Far more than the first album, “Jilted” contained some of the rebellion and generational identity found in rock over the years--attitudes that also became a dominant part of the group’s stage performance. In the U.S., however, the album caused so little stir that the band was eventually dropped by Elektra Records.

Advertisement

It was only after “Firestarter” that the band’s career was jump-started here. The single has sold 400,000 copies, and all dates on the band’s eight-city showcase tour were sold out in a matter of hours.

On disc and on video, “Firestarter” had such a convincing, futuristic feel that MTV, feeling its audience was burned out on grunge and rap, opened its programming to British dance acts. U.S. record labels dangled multimillion-dollar contracts at the band. U2’s Bono called Prodigy the best band in rock.

But the group knows the real test will be the upcoming album and its appearances this summer on the Lollapalooza tour.
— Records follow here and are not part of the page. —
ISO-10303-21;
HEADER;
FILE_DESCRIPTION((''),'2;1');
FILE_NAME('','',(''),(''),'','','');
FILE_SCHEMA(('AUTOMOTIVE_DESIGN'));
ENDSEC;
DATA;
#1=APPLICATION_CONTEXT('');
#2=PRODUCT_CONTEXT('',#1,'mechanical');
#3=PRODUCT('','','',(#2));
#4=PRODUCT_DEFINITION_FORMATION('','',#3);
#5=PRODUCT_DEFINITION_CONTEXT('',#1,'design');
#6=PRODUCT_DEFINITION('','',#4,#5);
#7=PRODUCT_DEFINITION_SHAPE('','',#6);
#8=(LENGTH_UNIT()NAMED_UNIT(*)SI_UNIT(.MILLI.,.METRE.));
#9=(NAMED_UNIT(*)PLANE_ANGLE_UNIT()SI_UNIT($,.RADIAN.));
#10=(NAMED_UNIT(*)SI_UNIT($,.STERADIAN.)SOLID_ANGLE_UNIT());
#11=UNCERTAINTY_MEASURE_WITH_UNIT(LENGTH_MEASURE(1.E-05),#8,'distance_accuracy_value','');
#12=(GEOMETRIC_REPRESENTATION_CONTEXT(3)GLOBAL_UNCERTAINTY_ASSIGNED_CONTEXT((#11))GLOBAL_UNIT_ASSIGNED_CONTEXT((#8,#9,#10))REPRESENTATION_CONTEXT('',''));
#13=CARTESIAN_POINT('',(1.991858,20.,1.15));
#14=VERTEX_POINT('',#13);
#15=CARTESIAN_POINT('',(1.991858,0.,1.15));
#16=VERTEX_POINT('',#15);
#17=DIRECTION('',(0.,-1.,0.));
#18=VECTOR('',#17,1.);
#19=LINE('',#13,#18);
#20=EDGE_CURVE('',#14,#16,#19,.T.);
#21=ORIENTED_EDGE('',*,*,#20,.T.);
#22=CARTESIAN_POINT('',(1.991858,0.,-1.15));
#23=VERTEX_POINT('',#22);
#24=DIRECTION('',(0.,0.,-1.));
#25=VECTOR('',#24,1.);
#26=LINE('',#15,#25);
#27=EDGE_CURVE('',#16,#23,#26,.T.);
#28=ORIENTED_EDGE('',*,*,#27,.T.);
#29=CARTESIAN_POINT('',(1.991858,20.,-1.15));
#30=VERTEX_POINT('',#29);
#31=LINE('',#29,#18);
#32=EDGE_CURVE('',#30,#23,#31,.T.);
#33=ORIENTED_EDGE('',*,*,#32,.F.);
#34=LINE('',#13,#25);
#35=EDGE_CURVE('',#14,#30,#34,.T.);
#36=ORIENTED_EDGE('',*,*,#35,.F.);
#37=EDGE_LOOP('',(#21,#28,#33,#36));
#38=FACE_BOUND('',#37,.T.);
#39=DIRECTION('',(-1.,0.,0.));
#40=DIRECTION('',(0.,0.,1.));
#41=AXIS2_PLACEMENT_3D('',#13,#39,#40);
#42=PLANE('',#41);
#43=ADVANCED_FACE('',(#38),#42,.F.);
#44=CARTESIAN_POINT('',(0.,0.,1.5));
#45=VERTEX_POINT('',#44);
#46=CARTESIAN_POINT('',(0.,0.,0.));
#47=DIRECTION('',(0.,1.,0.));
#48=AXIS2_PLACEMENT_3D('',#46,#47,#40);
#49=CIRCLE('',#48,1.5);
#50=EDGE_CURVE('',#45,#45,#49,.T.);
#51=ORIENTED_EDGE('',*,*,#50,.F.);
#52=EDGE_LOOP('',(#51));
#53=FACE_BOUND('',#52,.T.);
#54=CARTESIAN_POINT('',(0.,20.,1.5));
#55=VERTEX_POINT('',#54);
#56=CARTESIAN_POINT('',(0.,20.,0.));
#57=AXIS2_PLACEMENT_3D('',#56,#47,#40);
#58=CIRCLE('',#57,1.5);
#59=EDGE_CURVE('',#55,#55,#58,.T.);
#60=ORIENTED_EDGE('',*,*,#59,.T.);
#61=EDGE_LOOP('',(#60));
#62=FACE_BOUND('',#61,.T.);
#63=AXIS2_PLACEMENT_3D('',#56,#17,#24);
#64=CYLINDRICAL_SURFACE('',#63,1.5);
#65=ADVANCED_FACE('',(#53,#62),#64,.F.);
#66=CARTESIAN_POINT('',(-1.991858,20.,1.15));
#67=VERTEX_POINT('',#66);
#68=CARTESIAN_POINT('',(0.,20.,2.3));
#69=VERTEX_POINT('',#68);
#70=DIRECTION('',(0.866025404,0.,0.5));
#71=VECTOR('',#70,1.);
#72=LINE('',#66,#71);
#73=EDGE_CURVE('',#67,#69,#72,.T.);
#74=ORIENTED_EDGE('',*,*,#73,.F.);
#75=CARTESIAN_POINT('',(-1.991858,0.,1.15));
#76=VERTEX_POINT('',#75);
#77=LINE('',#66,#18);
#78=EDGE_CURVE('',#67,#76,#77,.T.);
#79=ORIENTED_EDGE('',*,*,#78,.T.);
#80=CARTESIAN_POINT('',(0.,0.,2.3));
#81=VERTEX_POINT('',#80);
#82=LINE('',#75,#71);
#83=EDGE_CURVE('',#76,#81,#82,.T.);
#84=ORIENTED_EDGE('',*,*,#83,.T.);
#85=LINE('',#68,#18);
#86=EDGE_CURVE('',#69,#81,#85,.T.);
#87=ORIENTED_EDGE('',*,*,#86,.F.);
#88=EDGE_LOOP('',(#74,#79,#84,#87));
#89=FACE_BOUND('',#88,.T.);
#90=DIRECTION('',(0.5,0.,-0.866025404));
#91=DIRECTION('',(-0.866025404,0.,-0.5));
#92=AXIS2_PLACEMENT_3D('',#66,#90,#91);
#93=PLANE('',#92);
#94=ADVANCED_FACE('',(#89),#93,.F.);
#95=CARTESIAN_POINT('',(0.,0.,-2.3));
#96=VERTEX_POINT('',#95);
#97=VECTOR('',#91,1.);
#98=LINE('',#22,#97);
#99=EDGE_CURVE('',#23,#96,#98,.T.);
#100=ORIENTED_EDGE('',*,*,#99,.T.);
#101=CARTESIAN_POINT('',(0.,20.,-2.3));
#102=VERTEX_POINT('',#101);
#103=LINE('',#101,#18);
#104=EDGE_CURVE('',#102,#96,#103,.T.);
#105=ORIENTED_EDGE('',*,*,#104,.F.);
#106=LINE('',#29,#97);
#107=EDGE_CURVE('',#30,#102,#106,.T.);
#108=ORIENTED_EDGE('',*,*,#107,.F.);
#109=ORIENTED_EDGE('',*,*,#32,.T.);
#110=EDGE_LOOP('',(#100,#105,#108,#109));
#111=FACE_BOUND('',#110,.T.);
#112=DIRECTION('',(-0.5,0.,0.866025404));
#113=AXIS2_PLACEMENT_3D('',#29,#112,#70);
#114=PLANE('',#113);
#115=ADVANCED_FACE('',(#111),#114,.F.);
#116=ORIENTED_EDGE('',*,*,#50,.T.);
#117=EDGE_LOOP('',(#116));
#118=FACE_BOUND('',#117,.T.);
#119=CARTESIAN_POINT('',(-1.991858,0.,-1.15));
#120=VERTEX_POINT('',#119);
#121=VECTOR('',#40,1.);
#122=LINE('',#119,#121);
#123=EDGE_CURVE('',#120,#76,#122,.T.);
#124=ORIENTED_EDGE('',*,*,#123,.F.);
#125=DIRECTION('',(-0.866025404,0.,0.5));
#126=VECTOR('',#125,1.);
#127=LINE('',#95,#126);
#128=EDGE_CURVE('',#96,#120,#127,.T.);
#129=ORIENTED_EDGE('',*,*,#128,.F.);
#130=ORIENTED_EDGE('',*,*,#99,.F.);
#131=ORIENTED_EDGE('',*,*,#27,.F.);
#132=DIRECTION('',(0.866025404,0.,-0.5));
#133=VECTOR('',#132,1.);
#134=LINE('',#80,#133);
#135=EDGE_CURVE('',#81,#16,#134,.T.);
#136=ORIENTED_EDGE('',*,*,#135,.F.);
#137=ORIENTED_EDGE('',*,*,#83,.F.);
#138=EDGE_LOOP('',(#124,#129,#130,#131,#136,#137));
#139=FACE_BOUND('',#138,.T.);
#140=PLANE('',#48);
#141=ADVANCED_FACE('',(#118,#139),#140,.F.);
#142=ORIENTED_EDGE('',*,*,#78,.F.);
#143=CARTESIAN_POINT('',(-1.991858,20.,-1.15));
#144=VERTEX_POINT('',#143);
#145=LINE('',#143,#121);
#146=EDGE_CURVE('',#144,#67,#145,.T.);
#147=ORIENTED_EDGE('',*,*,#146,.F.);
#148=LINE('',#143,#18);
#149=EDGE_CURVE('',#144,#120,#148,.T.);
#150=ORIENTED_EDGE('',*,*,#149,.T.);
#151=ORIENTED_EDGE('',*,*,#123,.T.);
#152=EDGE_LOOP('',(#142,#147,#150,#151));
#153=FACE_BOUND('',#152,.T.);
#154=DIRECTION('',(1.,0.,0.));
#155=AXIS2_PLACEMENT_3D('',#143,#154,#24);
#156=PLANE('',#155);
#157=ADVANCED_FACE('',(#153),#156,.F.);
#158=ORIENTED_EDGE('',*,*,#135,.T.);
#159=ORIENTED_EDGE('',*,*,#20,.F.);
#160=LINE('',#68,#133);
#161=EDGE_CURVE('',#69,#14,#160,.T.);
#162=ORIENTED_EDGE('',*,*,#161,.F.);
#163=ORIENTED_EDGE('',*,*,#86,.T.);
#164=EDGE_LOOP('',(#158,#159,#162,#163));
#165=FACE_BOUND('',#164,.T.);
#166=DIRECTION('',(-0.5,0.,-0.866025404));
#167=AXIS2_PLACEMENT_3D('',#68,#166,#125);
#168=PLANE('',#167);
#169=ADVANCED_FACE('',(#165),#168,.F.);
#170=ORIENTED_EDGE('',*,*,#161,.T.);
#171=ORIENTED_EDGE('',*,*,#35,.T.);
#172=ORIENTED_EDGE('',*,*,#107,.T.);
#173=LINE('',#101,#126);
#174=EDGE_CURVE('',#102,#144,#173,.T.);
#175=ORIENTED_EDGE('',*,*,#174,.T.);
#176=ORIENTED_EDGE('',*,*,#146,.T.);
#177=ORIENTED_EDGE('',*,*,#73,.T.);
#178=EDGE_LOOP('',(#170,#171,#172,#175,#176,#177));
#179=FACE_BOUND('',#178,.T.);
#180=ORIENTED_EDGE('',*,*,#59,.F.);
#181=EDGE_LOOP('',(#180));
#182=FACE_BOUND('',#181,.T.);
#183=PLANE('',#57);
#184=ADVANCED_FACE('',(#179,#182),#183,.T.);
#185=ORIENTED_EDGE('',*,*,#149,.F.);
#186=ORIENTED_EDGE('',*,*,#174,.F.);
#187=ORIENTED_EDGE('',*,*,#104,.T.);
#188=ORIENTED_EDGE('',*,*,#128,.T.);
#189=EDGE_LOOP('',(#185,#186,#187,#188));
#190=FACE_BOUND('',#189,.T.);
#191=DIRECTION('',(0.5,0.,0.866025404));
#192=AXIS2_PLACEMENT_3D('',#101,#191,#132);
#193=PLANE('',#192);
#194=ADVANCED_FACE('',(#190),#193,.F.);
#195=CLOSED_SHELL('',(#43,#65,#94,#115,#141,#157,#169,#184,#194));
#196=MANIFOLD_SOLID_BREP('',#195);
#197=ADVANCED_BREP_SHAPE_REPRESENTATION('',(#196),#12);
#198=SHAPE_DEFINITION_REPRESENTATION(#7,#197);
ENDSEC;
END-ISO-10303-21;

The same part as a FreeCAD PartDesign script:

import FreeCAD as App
import Part
import Sketcher

V = App.Vector
Q = App.Units.Quantity


def add_polygon(sketch, points):
    """Adds a closed chain of lines whose ends are joined by coincident constraints."""
    first, n = sketch.GeometryCount, len(points)
    for a, b in zip(points, points[1:] + points[:1]):
        sketch.addGeometry(Part.LineSegment(App.Vector(*a, 0), App.Vector(*b, 0)), False)
    for i in range(n):
        sketch.addConstraint(Sketcher.Constraint("Coincident", first + i, 2, first + (i + 1) % n, 1))

doc = App.newDocument("Part")
body = doc.addObject("PartDesign::Body", "Body")

# Sketch on XZ plane
sketch1 = body.newObject("Sketcher::SketchObject", "Sketch")
sketch1.AttachmentSupport = (doc.getObject("XZ_Plane"), [""])
sketch1.MapMode = "FlatFace"
add_polygon(sketch1, [(2, -1.1), (0, -2.3), (-2, -1.1), (-2, 1.1), (0, 2.3), (2, 1.1)])  # lines 0-5
sketch1.addGeometry(Part.Circle(V(0, 0, 0), V(0, 0, 1), 1.5), False)  # 6
sketch1.addConstraint([
    Sketcher.Constraint("Vertical", 2),
    Sketcher.Constraint("Vertical", 5),
    Sketcher.Constraint("Coincident", 6, 3, -1, 1),
    Sketcher.Constraint("Symmetric", 0, 2, 3, 2, -1, 1),
    Sketcher.Constraint("Symmetric", 1, 2, 4, 2, -1, 1),
    Sketcher.Constraint("PointOnObject", 0, 2, -2),
    Sketcher.Constraint("Parallel", 0, 3),
    Sketcher.Constraint("Horizontal", 2, 2, 4, 2),
    Sketcher.Constraint("Diameter", 6, Q("3 mm")),
    Sketcher.Constraint("Angle", 0, Q("-150 deg")),
    Sketcher.Constraint("DistanceY", 2, 1, 2, 2, Q("2.3 mm")),
    Sketcher.Constraint("Distance", 0, Q("2.3 mm")),
])
pad1 = body.newObject("PartDesign::Pad", "Pad")
pad1.Profile = sketch1
pad1.Length = 20
pad1.Reversed = True

doc.recompute()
Guy Oseary, the young Maverick Records partner who signed both Prodigy and Alanis Morissette, is confident the group will not disappoint live.

“The way you prove yourself is that you play your music and you blow people away, and that’s just what they are going to do,” he says. “You’ll be seeing a lot of them this year.”

Indeed, the band is already committed to another round of headlining dates after Lollapalooza.

Advertisement

After more than 200 shows around the world, Howlett, too, appears ready for the challenge.

“‘We’re ready to work,” he says. “We’re not a ‘bedroom tape’ band. We’re a stage band.”